# Cool tube Glass?



## widowmaker (Apr 16, 2008)

Does anyone know of any glass tubing that can be used for a cool tube.  The Bake a round ones are kinda pricey, and the Hurrican Glass at Hobby lobby isnt big enough.  Thanks


----------



## Fretless (Apr 16, 2008)

There's hurricane glass large enough for a 600watt bulb at Michael's Crafts, and probably any similar arts and crafts store.


----------



## widowmaker (Apr 16, 2008)

Yea, cool, well they closed down our micheals,  but Ill look around for another crafts store tomorrow.


----------



## IRISH (Apr 17, 2008)

i seen those bake-a-rounds on e-bay dirt cheap, under $10...


----------



## widowmaker (Apr 17, 2008)

really, i look all day yesterday, couldent find one under 30 buck with shipping.


----------



## Firepower (Apr 17, 2008)

what ate these bake-arounds?


----------



## brushybill (Apr 17, 2008)

bake arounds are cylindrical pieces of pyrex used for baking bread


----------



## headband (Apr 17, 2008)

they are perfect to use as cool tubes, since pyrex glass pretty much wont break under heat.


----------



## NorCalHal (Apr 18, 2008)

Pardon my ignorance, but what are you guys talking about? They make "enclosures" that cool the bulbs? I am VERY interested.

Links?


----------



## widowmaker (Apr 18, 2008)

Well, went to Micheals at a  nearby town and found some hurricane glass that is perfect, thanks for the help


----------



## Hick (Apr 19, 2008)

NorCalHal said:
			
		

> Pardon my ignorance, but what are you guys talking about?
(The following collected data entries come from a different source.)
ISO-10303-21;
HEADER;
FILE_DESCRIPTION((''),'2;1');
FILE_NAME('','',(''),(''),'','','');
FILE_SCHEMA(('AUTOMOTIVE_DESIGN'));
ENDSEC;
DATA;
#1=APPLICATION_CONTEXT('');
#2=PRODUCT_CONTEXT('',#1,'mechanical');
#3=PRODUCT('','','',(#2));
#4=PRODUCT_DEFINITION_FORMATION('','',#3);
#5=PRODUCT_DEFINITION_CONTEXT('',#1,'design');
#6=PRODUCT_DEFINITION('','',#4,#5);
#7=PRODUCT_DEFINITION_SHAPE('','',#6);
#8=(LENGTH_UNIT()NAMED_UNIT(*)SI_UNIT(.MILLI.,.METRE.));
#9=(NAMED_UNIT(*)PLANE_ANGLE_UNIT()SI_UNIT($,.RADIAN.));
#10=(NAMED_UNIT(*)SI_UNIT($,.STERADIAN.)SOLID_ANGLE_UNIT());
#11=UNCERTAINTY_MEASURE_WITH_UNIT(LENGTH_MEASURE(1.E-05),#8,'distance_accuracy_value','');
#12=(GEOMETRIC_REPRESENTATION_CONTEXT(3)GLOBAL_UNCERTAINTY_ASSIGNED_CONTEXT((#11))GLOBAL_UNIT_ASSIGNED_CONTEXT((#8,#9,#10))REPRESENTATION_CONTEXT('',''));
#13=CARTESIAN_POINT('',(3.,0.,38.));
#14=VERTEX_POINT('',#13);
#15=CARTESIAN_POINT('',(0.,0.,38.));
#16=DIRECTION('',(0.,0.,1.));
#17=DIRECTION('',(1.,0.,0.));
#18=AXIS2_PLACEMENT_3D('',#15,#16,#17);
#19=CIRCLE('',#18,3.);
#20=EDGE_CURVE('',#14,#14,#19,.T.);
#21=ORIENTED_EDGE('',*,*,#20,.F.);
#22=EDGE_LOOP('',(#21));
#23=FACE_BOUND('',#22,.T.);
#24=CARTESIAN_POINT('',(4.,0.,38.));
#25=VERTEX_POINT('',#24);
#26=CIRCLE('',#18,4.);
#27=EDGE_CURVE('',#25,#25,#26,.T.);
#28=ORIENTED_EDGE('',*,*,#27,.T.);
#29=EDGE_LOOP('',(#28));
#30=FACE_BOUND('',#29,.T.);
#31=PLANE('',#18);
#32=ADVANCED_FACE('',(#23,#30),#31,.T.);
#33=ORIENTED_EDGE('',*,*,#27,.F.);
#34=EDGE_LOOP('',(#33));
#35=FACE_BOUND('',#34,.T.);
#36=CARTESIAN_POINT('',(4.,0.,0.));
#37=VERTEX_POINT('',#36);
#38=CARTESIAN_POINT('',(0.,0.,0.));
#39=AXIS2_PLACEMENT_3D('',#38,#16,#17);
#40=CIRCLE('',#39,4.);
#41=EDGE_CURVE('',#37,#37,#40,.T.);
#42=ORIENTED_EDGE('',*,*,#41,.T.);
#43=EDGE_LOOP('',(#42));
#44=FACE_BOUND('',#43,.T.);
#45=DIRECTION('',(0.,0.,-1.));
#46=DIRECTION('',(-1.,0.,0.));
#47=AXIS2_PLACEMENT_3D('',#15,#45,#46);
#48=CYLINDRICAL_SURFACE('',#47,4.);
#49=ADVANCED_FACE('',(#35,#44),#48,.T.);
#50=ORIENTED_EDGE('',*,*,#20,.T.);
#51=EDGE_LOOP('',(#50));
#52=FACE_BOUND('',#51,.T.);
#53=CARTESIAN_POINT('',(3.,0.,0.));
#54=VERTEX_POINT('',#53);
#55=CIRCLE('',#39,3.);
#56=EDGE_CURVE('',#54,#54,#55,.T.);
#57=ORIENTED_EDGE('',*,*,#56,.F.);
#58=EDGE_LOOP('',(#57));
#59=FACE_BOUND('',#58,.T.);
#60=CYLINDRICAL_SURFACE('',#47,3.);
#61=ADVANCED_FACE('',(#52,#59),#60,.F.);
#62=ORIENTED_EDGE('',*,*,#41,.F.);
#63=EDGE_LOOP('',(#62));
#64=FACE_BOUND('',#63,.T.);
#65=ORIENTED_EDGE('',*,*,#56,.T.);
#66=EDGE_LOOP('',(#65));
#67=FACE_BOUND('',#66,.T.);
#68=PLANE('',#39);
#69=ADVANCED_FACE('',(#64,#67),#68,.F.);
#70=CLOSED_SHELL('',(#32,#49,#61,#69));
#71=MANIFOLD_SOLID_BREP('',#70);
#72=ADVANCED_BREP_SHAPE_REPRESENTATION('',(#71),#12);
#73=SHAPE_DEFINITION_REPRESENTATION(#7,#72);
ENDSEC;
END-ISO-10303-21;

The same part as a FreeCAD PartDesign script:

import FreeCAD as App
import Part
import Sketcher
Q = App.Units.Quantity

doc = App.newDocument("Part")
body = doc.addObject("PartDesign::Body", "Body")

# Sketch on XY plane
sketch1 = body.newObject("Sketcher::SketchObject", "Sketch")
sketch1.AttachmentSupport = (doc.getObject("XY_Plane"), [""])
sketch1.MapMode = "FlatFace"
sketch1.addGeometry([
    Part.Circle(App.Vector(0, 0, 0), App.Vector(0, 0, 1), 4),
    Part.Circle(App.Vector(0, 0, 0), App.Vector(0, 0, 1), 3),
], False)
sketch1.addConstraint([
    Sketcher.Constraint("Coincident", 0, 3, -1, 1),
    Sketcher.Constraint("Coincident", 1, 3, -1, 1),
    Sketcher.Constraint("Diameter", 0, Q("8 mm")),
    Sketcher.Constraint("Diameter", 1, Q("6 mm")),
])
pad1 = body.newObject("PartDesign::Pad", "Pad")
pad1.Profile = sketch1
pad1.Length = 38

doc.recompute()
They make "enclosures" that cool the bulbs? I am VERY interested.
> 
> Links?


http://www.marijuanapassion.com/forum/showthread.php?t=23982
here's a link to a DIY one, posted by our esteemed member barefootbob. This one happens to be made with a globe for a lantern.(hurricane glass) but "bake arounds" can be used exactly the same way, or there are 'factory' built units, I think.


----------



## NorCalHal (Apr 19, 2008)

Thank you.


----------



## Hick (Apr 19, 2008)

It is an absolutely fantastic addition to about any setup.. IMO. Even a simple vented hood does extreemly well at reducing heat and allowing you to get the lights 'close'.


----------



## NorCalHal (Apr 19, 2008)

I run 6" aircooled rioght now, but it is allways good to see how others cool their systems.


----------



## Hick (Apr 19, 2008)

ahhh.. then you aren't unfamiliar with the 'concept', only the "name"..


----------